Exercise requirements: Stop after the line containing "v 37.066 23.592 47"; retype every line of the data before it exactly, starting from the first.

Task input:

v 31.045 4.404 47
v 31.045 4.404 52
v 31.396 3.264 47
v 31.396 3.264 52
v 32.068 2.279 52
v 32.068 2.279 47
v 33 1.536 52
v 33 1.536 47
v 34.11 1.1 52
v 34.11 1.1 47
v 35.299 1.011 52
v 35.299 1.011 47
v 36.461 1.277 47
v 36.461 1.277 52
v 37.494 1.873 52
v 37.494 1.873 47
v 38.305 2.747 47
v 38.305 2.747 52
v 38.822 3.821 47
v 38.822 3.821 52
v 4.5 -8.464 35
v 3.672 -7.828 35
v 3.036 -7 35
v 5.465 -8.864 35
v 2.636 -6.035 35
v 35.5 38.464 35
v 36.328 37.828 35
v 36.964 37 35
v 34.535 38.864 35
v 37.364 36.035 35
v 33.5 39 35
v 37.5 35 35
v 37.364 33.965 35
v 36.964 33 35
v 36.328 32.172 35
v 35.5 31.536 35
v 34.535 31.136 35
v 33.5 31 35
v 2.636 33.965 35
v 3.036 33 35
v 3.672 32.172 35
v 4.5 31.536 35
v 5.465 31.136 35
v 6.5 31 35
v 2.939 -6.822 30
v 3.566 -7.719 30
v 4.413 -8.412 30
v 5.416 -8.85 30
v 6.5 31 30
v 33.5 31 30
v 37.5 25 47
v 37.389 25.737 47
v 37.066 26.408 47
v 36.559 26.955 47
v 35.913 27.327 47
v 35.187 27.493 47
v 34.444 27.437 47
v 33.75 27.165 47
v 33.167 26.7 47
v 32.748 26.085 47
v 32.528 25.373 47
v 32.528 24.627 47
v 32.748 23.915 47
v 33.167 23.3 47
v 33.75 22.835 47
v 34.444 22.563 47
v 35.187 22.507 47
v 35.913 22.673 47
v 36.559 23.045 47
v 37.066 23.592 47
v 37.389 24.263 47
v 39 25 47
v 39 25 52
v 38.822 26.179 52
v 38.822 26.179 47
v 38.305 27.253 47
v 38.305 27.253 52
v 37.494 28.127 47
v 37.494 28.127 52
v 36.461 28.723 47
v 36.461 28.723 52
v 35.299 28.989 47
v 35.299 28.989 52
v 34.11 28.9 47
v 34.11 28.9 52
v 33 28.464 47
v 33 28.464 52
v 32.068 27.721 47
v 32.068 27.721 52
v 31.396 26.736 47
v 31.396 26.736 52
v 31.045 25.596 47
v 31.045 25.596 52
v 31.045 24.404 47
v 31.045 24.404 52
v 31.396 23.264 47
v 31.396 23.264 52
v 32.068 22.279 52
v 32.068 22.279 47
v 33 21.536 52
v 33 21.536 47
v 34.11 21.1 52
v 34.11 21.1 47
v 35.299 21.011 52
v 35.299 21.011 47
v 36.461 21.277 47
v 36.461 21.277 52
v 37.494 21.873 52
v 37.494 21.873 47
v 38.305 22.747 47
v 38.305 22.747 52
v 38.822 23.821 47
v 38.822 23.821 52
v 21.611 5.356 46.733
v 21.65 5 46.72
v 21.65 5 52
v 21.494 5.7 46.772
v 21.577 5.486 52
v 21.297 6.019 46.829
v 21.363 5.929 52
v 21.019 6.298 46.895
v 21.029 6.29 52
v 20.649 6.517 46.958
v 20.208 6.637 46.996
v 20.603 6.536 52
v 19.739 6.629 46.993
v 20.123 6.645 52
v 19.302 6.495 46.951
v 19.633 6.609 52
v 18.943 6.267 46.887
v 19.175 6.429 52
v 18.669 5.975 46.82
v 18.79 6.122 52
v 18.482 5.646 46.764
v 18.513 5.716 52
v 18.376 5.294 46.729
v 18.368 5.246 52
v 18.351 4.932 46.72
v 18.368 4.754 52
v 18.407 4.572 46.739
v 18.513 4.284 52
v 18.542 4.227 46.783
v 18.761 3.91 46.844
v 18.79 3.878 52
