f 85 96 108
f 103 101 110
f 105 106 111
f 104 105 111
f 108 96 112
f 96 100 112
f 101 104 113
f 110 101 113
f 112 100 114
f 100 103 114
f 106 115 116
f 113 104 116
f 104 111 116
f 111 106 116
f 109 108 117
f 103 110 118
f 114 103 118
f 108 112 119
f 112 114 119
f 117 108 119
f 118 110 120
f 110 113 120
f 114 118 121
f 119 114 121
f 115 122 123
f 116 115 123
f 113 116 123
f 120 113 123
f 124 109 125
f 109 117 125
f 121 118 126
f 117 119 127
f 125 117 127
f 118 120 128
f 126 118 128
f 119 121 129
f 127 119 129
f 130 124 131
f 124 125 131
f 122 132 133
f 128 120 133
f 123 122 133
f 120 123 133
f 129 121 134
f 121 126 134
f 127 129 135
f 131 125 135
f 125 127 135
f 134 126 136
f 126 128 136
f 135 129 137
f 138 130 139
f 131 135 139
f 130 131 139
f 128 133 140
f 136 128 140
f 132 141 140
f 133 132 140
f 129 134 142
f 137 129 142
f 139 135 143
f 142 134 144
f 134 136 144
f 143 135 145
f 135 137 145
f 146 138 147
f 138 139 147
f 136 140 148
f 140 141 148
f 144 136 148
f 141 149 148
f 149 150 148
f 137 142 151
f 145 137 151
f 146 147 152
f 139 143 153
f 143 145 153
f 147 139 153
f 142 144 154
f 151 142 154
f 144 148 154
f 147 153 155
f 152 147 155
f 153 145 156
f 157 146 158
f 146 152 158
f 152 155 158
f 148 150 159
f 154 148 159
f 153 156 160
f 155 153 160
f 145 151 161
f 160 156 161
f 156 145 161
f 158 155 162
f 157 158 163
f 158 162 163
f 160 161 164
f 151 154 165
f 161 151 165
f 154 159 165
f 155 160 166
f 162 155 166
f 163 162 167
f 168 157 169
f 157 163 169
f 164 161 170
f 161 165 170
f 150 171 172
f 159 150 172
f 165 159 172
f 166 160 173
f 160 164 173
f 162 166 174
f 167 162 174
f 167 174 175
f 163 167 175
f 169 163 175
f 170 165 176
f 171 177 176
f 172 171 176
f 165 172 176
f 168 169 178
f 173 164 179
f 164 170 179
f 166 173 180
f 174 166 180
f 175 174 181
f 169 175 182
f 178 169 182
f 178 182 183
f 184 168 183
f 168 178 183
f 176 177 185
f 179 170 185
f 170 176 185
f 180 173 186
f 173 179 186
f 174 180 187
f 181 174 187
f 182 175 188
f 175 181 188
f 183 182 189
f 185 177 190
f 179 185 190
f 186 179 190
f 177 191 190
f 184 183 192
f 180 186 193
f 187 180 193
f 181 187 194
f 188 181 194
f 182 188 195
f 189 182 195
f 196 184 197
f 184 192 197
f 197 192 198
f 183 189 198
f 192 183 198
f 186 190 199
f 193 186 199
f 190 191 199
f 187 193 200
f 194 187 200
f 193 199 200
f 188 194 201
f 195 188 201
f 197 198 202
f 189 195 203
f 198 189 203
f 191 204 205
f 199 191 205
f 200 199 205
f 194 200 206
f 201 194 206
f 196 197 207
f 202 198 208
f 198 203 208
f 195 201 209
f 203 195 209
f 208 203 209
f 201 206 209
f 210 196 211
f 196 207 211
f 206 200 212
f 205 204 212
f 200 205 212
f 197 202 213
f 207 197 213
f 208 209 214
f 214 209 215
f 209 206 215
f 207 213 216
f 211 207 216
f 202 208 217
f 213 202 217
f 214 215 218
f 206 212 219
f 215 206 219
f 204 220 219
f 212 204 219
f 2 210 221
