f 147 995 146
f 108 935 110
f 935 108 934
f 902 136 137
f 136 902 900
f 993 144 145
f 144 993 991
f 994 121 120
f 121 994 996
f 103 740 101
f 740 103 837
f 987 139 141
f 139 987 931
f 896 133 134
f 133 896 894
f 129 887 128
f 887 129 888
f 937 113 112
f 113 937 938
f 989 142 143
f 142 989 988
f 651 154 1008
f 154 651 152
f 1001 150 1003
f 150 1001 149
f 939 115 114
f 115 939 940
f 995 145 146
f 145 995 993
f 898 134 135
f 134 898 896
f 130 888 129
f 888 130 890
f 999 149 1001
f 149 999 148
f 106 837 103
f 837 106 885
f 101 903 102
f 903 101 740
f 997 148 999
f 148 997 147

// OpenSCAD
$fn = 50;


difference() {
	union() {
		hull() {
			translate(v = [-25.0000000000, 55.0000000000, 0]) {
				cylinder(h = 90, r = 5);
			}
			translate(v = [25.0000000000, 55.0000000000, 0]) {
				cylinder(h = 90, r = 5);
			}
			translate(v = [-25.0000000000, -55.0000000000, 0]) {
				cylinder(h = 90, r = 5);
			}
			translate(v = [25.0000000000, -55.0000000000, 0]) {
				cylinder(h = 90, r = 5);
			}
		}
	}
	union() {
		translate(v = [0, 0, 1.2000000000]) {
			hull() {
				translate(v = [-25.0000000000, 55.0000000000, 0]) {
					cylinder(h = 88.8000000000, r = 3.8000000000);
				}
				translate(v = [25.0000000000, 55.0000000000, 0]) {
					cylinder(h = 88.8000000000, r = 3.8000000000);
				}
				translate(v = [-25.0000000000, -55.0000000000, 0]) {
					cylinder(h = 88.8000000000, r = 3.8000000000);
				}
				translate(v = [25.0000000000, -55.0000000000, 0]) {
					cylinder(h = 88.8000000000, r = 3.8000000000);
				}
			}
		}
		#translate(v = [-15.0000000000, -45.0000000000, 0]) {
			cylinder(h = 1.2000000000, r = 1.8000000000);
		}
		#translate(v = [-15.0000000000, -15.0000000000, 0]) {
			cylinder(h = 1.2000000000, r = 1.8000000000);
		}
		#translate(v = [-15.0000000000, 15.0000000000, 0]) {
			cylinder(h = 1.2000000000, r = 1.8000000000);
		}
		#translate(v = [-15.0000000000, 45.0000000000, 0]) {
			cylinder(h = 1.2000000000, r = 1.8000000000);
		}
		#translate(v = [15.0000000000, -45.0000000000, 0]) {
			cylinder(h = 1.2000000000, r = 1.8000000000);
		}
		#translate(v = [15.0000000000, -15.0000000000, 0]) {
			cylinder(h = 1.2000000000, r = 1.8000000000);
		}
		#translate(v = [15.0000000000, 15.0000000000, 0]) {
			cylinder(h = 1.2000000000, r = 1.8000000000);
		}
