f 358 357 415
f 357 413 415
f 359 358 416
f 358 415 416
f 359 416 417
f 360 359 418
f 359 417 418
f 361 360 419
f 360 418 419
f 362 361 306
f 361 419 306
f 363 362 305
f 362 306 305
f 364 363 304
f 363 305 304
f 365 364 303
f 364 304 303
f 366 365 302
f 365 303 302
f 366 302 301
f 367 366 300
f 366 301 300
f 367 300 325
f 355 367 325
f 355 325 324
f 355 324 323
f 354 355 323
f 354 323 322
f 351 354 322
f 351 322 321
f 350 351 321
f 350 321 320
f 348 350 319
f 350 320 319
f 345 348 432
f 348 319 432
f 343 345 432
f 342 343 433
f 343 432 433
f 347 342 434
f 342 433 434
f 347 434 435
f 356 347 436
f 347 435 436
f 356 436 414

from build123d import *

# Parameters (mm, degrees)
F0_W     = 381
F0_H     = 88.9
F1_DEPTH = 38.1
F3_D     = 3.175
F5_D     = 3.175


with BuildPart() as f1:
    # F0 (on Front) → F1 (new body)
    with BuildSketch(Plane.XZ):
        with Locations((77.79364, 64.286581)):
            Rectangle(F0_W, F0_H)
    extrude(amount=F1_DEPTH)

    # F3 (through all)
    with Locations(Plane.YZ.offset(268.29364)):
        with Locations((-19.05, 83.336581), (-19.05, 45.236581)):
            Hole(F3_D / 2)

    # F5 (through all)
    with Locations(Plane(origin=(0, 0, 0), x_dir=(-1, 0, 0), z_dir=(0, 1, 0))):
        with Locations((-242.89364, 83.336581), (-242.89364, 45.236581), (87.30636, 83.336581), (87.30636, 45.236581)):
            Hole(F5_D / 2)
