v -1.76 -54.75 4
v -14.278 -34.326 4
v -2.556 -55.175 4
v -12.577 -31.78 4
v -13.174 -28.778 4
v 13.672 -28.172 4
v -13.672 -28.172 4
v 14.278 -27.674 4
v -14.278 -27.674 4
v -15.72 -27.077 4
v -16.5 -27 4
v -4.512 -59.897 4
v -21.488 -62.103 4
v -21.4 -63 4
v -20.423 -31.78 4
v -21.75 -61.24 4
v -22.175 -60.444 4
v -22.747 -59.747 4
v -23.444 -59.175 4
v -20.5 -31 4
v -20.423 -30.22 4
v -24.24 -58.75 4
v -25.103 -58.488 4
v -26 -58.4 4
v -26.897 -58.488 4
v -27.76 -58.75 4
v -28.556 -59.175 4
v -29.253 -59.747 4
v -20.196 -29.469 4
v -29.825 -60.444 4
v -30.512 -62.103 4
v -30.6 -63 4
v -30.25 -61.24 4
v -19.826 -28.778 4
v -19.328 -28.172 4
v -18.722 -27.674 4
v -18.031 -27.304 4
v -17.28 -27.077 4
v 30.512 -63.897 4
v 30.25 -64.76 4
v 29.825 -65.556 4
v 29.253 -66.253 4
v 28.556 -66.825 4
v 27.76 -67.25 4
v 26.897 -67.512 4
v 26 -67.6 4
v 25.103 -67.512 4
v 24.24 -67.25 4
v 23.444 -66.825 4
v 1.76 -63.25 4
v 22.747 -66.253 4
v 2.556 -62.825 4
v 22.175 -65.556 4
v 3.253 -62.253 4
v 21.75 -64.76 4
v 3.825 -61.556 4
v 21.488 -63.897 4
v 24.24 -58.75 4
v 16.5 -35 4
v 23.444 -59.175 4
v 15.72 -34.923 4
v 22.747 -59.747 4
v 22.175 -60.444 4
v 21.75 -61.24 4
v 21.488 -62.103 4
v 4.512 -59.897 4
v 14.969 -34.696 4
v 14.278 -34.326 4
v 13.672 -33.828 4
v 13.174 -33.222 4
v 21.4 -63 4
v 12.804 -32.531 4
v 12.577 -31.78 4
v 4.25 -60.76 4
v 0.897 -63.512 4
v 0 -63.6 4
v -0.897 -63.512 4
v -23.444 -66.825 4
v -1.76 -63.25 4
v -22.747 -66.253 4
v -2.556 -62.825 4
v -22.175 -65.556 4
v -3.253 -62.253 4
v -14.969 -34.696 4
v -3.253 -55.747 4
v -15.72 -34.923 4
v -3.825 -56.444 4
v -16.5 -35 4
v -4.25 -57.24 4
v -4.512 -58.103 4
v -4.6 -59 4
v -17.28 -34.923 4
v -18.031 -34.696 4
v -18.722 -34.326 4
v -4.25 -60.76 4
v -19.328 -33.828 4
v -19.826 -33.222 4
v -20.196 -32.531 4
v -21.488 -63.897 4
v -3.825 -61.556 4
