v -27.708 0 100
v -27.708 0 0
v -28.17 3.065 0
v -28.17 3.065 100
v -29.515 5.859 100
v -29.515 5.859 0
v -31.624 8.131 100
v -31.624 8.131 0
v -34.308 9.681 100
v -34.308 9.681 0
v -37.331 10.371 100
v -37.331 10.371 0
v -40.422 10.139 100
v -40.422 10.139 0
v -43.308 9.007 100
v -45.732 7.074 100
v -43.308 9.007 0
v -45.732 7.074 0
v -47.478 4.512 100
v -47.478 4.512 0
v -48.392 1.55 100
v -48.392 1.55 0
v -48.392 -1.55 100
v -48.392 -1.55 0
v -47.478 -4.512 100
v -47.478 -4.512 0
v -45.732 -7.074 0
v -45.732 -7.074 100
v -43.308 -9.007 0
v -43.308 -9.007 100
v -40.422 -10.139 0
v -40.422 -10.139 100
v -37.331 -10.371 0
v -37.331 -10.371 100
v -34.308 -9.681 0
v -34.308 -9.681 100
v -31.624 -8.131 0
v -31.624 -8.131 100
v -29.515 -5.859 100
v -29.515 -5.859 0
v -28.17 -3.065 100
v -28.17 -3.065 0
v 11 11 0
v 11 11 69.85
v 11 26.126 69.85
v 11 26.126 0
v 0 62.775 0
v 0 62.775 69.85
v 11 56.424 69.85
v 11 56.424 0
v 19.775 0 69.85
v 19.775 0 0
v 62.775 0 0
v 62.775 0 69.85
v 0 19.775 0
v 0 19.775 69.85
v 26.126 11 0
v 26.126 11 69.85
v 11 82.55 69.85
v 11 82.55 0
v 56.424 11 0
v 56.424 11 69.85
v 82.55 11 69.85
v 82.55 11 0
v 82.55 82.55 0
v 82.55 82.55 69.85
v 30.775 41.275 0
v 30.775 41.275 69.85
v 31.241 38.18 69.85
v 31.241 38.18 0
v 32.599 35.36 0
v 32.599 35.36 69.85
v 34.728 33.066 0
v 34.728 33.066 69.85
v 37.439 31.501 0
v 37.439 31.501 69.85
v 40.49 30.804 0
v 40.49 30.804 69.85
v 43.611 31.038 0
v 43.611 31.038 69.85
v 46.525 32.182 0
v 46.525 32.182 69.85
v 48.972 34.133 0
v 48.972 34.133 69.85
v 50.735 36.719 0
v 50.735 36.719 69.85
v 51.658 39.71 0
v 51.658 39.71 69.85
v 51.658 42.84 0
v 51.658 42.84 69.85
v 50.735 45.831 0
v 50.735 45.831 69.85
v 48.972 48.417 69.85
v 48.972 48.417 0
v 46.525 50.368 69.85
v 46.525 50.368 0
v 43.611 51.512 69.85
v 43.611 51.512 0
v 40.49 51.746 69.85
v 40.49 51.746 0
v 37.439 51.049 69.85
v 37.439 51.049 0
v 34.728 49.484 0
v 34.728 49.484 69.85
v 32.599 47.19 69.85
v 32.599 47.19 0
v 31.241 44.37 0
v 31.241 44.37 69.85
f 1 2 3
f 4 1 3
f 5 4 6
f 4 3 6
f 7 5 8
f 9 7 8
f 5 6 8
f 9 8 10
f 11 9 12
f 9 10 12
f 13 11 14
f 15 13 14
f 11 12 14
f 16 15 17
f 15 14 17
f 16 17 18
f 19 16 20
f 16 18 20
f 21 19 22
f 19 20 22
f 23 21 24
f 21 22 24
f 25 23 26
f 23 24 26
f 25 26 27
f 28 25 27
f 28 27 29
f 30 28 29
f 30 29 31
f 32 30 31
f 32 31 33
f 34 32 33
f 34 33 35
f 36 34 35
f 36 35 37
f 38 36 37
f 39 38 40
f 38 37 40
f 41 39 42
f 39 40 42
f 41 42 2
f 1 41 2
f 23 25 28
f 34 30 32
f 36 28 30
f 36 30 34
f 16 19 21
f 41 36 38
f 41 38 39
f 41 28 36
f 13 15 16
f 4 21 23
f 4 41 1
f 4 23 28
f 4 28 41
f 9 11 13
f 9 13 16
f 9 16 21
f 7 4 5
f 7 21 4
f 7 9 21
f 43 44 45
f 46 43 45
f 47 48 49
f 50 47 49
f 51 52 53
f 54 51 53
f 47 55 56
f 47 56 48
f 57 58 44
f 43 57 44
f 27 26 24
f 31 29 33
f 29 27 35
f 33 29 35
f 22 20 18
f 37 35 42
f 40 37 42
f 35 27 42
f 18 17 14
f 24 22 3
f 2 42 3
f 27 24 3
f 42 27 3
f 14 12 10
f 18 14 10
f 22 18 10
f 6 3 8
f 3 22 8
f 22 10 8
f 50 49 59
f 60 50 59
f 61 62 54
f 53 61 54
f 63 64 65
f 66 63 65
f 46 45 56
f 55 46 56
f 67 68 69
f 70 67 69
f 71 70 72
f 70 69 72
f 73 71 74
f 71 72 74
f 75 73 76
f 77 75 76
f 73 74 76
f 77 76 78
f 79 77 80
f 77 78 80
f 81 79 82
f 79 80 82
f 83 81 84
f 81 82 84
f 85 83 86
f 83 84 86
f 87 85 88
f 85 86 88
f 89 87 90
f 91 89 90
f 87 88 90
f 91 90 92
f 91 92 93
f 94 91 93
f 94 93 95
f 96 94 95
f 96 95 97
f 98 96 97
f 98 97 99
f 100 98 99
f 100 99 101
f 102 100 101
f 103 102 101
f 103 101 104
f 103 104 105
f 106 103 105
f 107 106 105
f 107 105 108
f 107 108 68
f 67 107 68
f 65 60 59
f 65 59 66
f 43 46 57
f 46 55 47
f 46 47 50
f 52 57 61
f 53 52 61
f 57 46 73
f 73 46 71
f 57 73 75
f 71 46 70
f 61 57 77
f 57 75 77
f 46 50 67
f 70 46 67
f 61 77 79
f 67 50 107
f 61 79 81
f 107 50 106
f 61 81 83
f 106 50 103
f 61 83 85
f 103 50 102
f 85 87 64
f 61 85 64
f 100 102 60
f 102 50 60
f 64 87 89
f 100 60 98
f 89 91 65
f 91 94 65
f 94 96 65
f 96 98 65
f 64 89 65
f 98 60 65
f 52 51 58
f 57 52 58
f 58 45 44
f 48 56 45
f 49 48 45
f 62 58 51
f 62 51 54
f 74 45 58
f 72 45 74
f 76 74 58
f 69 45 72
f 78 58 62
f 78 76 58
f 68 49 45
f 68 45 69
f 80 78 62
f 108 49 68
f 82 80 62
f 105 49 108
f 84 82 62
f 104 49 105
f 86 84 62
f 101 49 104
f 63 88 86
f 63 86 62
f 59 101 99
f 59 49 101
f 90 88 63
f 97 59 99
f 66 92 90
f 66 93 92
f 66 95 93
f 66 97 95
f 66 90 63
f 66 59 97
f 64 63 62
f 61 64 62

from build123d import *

# Parameters (mm, degrees)
F0_W     = 82.55
F0_H     = 82.55
F1_DEPTH = 69.85
F3_DEPTH = 69.85
F4_D     = 21
F5_R     = 10.4
F6_DEPTH = 100


with BuildPart() as f1:
    # F0 (on Top) → F1 (new body)
    with BuildSketch(Plane.XY):
        with Locations((41.275, 41.275)):
            Rectangle(F0_W, F0_H)
    extrude(amount=F1_DEPTH)

    # F2 (on face) → F3 (cut, through all)
    with BuildSketch(Plane.XY.offset(69.85)):
        Polygon((0, 62.775), (11, 56.4241470389), (11, 82.55), (0, 82.55), align=None)
        Polygon((11, 26.1258529611), (0, 19.775), (0, 0), (19.775, 0), (26.1258529611, 11), (11, 11), align=None)
        Polygon((82.55, 0), (82.55, 11), (56.4241470389, 11), (62.775, 0), align=None)
    extrude(amount=-F3_DEPTH, mode=Mode.SUBTRACT)

    # F4 (through all)
    with Locations(Plane(origin=(0, 0, 0), x_dir=(1, 0, 0), z_dir=(0, 0, -1))):
        with Locations((41.275, -41.275)):
            Hole(F4_D / 2)


with BuildPart() as f6:
    # F5 (on Top) → F6 (new body)
    with BuildSketch(Plane.XY):
        with Locations((-38.1078049541, 0)):
            Circle(F5_R)
    extrude(amount=F6_DEPTH)


solid = Compound([f1.part, f6.part])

Output of the exercise:
v 31.045 4.404 47
v 31.045 4.404 52
v 31.396 3.264 47
v 31.396 3.264 52
v 32.068 2.279 52
v 32.068 2.279 47
v 33 1.536 52
v 33 1.536 47
v 34.11 1.1 52
v 34.11 1.1 47
v 35.299 1.011 52
v 35.299 1.011 47
v 36.461 1.277 47
v 36.461 1.277 52
v 37.494 1.873 52
v 37.494 1.873 47
v 38.305 2.747 47
v 38.305 2.747 52
v 38.822 3.821 47
v 38.822 3.821 52
v 4.5 -8.464 35
v 3.672 -7.828 35
v 3.036 -7 35
v 5.465 -8.864 35
v 2.636 -6.035 35
v 35.5 38.464 35
v 36.328 37.828 35
v 36.964 37 35
v 34.535 38.864 35
v 37.364 36.035 35
v 33.5 39 35
v 37.5 35 35
v 37.364 33.965 35
v 36.964 33 35
v 36.328 32.172 35
v 35.5 31.536 35
v 34.535 31.136 35
v 33.5 31 35
v 2.636 33.965 35
v 3.036 33 35
v 3.672 32.172 35
v 4.5 31.536 35
v 5.465 31.136 35
v 6.5 31 35
v 2.939 -6.822 30
v 3.566 -7.719 30
v 4.413 -8.412 30
v 5.416 -8.85 30
v 6.5 31 30
v 33.5 31 30
v 37.5 25 47
v 37.389 25.737 47
v 37.066 26.408 47
v 36.559 26.955 47
v 35.913 27.327 47
v 35.187 27.493 47
v 34.444 27.437 47
v 33.75 27.165 47
v 33.167 26.7 47
v 32.748 26.085 47
v 32.528 25.373 47
v 32.528 24.627 47
v 32.748 23.915 47
v 33.167 23.3 47
v 33.75 22.835 47
v 34.444 22.563 47
v 35.187 22.507 47
v 35.913 22.673 47
v 36.559 23.045 47
v 37.066 23.592 47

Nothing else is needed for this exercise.